Тем временем Рохля успел подкрасться к Томмазо Кампанелла и теперь прятался в какой-то нишке едва ли не в полуметре от него.
– В нашем районе скоро соберется сходка очень странных воров, – прошептал Рохля так, чтобы услышал Томмазо Кампанелла. – Учти, произошедшее с Шубкой свалят на тебя: Шубку постигнет судьба мальчика из соседнего дома.

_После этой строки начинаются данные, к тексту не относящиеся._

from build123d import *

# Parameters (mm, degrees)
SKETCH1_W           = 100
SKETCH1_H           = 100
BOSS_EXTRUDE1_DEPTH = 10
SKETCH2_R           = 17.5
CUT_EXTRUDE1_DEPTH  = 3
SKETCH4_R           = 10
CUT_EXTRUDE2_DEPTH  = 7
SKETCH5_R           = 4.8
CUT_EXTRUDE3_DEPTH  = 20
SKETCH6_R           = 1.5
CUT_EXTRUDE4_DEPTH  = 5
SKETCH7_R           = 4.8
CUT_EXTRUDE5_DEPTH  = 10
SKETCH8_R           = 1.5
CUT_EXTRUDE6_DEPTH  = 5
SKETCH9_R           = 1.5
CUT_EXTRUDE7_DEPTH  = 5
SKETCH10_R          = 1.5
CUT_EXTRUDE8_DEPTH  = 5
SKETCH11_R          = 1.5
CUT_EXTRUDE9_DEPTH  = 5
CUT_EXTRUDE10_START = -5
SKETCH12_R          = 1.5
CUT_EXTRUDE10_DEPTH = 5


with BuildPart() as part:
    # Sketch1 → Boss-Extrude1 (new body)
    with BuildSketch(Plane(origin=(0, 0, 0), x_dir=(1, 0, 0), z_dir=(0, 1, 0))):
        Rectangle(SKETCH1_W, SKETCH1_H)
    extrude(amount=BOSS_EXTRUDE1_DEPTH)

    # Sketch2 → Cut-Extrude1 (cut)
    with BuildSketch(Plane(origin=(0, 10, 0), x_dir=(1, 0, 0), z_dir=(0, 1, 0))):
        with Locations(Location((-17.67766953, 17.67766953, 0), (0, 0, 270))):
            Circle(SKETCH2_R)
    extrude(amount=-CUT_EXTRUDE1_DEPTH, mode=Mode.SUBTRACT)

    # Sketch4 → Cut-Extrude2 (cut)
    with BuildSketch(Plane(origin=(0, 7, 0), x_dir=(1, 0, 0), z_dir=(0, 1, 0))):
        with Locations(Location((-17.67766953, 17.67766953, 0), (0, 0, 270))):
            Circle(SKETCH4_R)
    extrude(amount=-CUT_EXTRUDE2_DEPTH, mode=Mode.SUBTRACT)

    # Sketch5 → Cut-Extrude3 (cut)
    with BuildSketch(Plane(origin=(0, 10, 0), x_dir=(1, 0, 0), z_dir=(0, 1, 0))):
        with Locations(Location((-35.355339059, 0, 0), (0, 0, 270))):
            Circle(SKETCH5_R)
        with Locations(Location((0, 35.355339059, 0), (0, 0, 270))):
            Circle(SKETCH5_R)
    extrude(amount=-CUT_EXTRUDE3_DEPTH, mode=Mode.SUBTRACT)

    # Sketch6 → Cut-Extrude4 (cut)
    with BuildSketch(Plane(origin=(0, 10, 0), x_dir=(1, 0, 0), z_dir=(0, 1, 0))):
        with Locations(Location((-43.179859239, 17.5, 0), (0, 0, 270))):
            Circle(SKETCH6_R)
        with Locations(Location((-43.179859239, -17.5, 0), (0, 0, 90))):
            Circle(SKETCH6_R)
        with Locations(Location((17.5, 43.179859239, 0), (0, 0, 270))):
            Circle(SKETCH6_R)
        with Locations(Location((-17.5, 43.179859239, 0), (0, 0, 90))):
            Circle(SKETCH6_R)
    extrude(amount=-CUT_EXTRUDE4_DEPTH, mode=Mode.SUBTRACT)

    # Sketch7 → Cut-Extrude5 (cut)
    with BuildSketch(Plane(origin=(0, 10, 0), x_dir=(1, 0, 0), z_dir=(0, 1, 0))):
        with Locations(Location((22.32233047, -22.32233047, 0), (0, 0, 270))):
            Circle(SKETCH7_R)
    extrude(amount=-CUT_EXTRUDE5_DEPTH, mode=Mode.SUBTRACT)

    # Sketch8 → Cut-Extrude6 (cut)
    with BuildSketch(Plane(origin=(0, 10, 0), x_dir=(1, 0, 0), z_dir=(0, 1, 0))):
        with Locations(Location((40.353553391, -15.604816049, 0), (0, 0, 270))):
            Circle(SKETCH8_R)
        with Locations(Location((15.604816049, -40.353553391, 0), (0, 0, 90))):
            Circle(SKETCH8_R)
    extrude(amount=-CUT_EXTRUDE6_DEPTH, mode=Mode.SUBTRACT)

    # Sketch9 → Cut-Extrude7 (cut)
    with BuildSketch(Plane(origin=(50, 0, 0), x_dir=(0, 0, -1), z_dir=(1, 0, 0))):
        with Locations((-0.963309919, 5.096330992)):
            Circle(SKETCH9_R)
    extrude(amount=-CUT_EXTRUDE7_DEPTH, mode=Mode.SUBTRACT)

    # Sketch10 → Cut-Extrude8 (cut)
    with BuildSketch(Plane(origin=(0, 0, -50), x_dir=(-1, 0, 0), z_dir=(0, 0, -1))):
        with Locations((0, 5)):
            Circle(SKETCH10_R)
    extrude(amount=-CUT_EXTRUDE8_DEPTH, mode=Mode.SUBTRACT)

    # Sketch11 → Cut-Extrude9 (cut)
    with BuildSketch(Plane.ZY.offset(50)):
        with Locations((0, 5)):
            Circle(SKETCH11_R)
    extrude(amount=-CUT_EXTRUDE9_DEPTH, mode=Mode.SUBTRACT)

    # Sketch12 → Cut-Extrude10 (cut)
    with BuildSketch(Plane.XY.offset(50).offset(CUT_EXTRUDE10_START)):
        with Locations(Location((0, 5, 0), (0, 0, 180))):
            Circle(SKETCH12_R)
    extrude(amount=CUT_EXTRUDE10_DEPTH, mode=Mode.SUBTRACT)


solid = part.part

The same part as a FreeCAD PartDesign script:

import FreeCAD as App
import Part
import Sketcher
from FreeCAD import Vector


def add_polygon(sketch, points):
    """Adds a closed chain of lines whose ends are joined by coincident constraints."""
    first, n = sketch.GeometryCount, len(points)
    for a, b in zip(points, points[1:] + points[:1]):
        sketch.addGeometry(Part.LineSegment(App.Vector(*a, 0), App.Vector(*b, 0)), False)
    for i in range(n):
        sketch.addConstraint(Sketcher.Constraint("Coincident", first + i, 2, first + (i + 1) % n, 1))

doc = App.newDocument("Part")
params = doc.addObject("Spreadsheet::Sheet", "Params")
for row, (alias, value) in enumerate([
    ("sketch1_width", "100 mm"),
    ("pad1_length", "10 mm"),
    ("sketch2_diameter", "35 mm"),
    ("pocket1_length", "3 mm"),
    ("sketch3_diameter", "20 mm"),
    ("pocket2_length", "7 mm"),
    ("sketch4_diameter", "9.6 mm"),
    ("pocket3_length", "20 mm"),
    ("sketch5_diameter", "3 mm"),
    ("pocket4_length", "5 mm"),
    ("sketch6_diameter", "9.6 mm"),
    ("pocket5_length", "10 mm"),
    ("sketch7_diameter", "3 mm"),
    ("pocket6_length", "5 mm"),
    ("sketch8_diameter", "3 mm"),
    ("pocket7_length", "5 mm"),
    ("sketch9_diameter", "3 mm"),
    ("pocket8_length", "5 mm"),
    ("sketch10_diameter", "3 mm"),
    ("pocket9_length", "5 mm"),
    ("sketch11_diameter", "3 mm"),
    ("pocket10_length", "5 mm"),
], start=1):
    params.set(f"A{row}", alias)
    params.set(f"B{row}", "=" + value)
    params.setAlias(f"B{row}", alias)

body = doc.addObject("PartDesign::Body", "Body")

# Sketch on XZ plane
sketch1 = doc.addObject("Sketcher::SketchObject", "Sketch")
body.addObject(sketch1)
sketch1.AttachmentSupport = (doc.XZ_Plane, [""])
sketch1.MapMode = "FlatFace"
add_polygon(sketch1, [(-50, -50), (-50, 50), (50, 50), (50, -50)])  # lines 0-3
sketch1.addConstraint(Sketcher.Constraint("Vertical", 0))
sketch1.addConstraint(Sketcher.Constraint("Horizontal", 1))
sketch1.addConstraint(Sketcher.Constraint("Vertical", 2))
sketch1.addConstraint(Sketcher.Constraint("Horizontal", 3))
sketch1.addConstraint(Sketcher.Constraint("Symmetric", 0, 2, 2, 2, -1, 1))
sketch1.addConstraint(Sketcher.Constraint("Equal", 3, 0))
sketch1.addConstraint(Sketcher.Constraint("DistanceX", 1, 1, 1, 2, 100.0))
sketch1.setExpression("Constraints[10]", "Params.sketch1_width")
pad1 = doc.addObject("PartDesign::Pad", "Pad")
body.addObject(pad1)
pad1.Profile = sketch1
pad1.setExpression("Length", "Params.pad1_length")
pad1.Reversed = True

# Sketch on XZ plane
sketch2 = doc.addObject("Sketcher::SketchObject", "Sketch001")
body.addObject(sketch2)
sketch2.AttachmentSupport = (doc.XZ_Plane, [""])
sketch2.MapMode = "FlatFace"
sketch2.AttachmentOffset = App.Placement(Vector(0, 0, -10), App.Rotation())
sketch2.addGeometry(Part.Circle(Vector(-18, -18, 0), Vector(0, 0, 1), 18), False)
sketch2.addConstraint(Sketcher.Constraint("Diameter", 0, 35.0))
sketch2.addConstraint(Sketcher.Constraint("DistanceX", 0, 3, -1, 1, 17.67767))
sketch2.addConstraint(Sketcher.Constraint("DistanceY", 0, 3, -1, 1, 17.67767))
sketch2.setExpression("Constraints[0]", "Params.sketch2_diameter")
pocket1 = doc.addObject("PartDesign::Pocket", "Pocket")
body.addObject(pocket1)
pocket1.Profile = sketch2
pocket1.setExpression("Length", "Params.pocket1_length")
pocket1.Reversed = True

# Sketch on XZ plane
sketch3 = doc.addObject("Sketcher::SketchObject", "Sketch002")
body.addObject(sketch3)
sketch3.AttachmentSupport = (doc.XZ_Plane, [""])
sketch3.MapMode = "FlatFace"
sketch3.AttachmentOffset = App.Placement(Vector(0, 0, -7), App.Rotation())
sketch3.addGeometry(Part.Circle(Vector(-18, -18, 0), Vector(0, 0, 1), 10), False)
sketch3.addConstraint(Sketcher.Constraint("Diameter", 0, 20.0))
sketch3.addConstraint(Sketcher.Constraint("DistanceX", 0, 3, -1, 1, 17.67767))
sketch3.addConstraint(Sketcher.Constraint("DistanceY", 0, 3, -1, 1, 17.67767))
sketch3.setExpression("Constraints[0]", "Params.sketch3_diameter")
pocket2 = doc.addObject("PartDesign::Pocket", "Pocket001")
body.addObject(pocket2)
pocket2.Profile = sketch3
pocket2.setExpression("Length", "Params.pocket2_length")
pocket2.Reversed = True

# Sketch on XZ plane
sketch4 = doc.addObject("Sketcher::SketchObject", "Sketch003")
body.addObject(sketch4)
sketch4.AttachmentSupport = (doc.XZ_Plane, [""])
sketch4.MapMode = "FlatFace"
sketch4.AttachmentOffset = App.Placement(Vector(0, 0, -10), App.Rotation())
sketch4.addGeometry(Part.Circle(Vector(-35.4, 0, 0), Vector(0, 0, 1), 4.8), False)
sketch4.addGeometry(Part.Circle(Vector(0, -35.4, 0), Vector(0, 0, 1), 4.8), False)
sketch4.addConstraint(Sketcher.Constraint("Equal", 0, 1))
sketch4.addConstraint(Sketcher.Constraint("PointOnObject", 0, 3, -1))
sketch4.addConstraint(Sketcher.Constraint("PointOnObject", 1, 3, -2))
sketch4.addConstraint(Sketcher.Constraint("Diameter", 0, 9.6))
sketch4.addConstraint(Sketcher.Constraint("DistanceX", 0, 3, -1, 1, 35.355339))
sketch4.addConstraint(Sketcher.Constraint("DistanceY", 1, 3, -1, 1, 35.355339))
sketch4.setExpression("Constraints[3]", "Params.sketch4_diameter")
pocket3 = doc.addObject("PartDesign::Pocket", "Pocket002")
body.addObject(pocket3)
pocket3.Profile = sketch4
pocket3.setExpression("Length", "Params.pocket3_length")
pocket3.Reversed = True

# Sketch on XZ plane
sketch5 = doc.addObject("Sketcher::SketchObject", "Sketch004")
body.addObject(sketch5)
sketch5.AttachmentSupport = (doc.XZ_Plane, [""])
sketch5.MapMode = "FlatFace"
sketch5.AttachmentOffset = App.Placement(Vector(0, 0, -10), App.Rotation())
sketch5.addGeometry(Part.Circle(Vector(-43.2, -17.5, 0), Vector(0, 0, 1), 1.5), False)
sketch5.addGeometry(Part.Circle(Vector(-43.2, 17.5, 0), Vector(0, 0, 1), 1.5), False)
sketch5.addGeometry(Part.Circle(Vector(17.5, -43.2, 0), Vector(0, 0, 1), 1.5), False)
sketch5.addGeometry(Part.Circle(Vector(-17.5, -43.2, 0), Vector(0, 0, 1), 1.5), False)
sketch5.addConstraint(Sketcher.Constraint("Equal", 0, 1))
sketch5.addConstraint(Sketcher.Constraint("Equal", 1, 2))
sketch5.addConstraint(Sketcher.Constraint("Equal", 2, 3))
sketch5.addConstraint(Sketcher.Constraint("Symmetric", 2, 3, 3, 3, -2))
sketch5.addConstraint(Sketcher.Constraint("Symmetric", 0, 3, 1, 3, -1))
sketch5.addConstraint(Sketcher.Constraint("Diameter", 0, 3.0))
sketch5.addConstraint(Sketcher.Constraint("DistanceY", 0, 3, 1, 3, 35.0))
sketch5.addConstraint(Sketcher.Constraint("DistanceX", 3, 3, 2, 3, 35.0))
sketch5.addConstraint(Sketcher.Constraint("DistanceX", 0, 3, -1, 1, 43.179859))
sketch5.addConstraint(Sketcher.Constraint("DistanceY", 2, 3, -1, 1, 43.179859))
sketch5.setExpression("Constraints[5]", "Params.sketch5_diameter")
pocket4 = doc.addObject("PartDesign::Pocket", "Pocket003")
body.addObject(pocket4)
pocket4.Profile = sketch5
pocket4.setExpression("Length", "Params.pocket4_length")
pocket4.Reversed = True

# Sketch on XZ plane
sketch6 = doc.addObject("Sketcher::SketchObject", "Sketch005")
body.addObject(sketch6)
sketch6.AttachmentSupport = (doc.XZ_Plane, [""])
sketch6.MapMode = "FlatFace"
sketch6.AttachmentOffset = App.Placement(Vector(0, 0, -10), App.Rotation())
sketch6.addGeometry(Part.Circle(Vector(22.3, 22.3, 0), Vector(0, 0, 1), 4.8), False)
sketch6.addConstraint(Sketcher.Constraint("Diameter", 0, 9.6))
sketch6.addConstraint(Sketcher.Constraint("DistanceX", -1, 1, 0, 3, 22.32233))
sketch6.addConstraint(Sketcher.Constraint("DistanceY", -1, 1, 0, 3, 22.32233))
sketch6.setExpression("Constraints[0]", "Params.sketch6_diameter")
pocket5 = doc.addObject("PartDesign::Pocket", "Pocket004")
body.addObject(pocket5)
pocket5.Profile = sketch6
pocket5.setExpression("Length", "Params.pocket5_length")
pocket5.Reversed = True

– Господи, кто это?! – вскрикнул Томмазо Кампанелла от неожиданности. – Кто ты?! Где ты прячешься?! Выходи!
– Кто здесь?! Кто здесь?! – заволновался в свою очередь, услышав голос Томмазо Кампанелла, священник.
Рохля тем временем быстро отбежал в сторону и спрятался за прямоугольной тумбой, на которой мерцало множество свечей, поставленных за упокой чьих-то душ.
Ошарашенный Томмазо Кампанелла начал бестолково метаться по церкви, заглядывая во все темные углы, пытаясь найти говорившего. Паспорт-Тюремный следовал за ним, впрочем, никакого участия в поисках не принимая. Священник же выскочил из своей каморки и направился в сторону приятелей.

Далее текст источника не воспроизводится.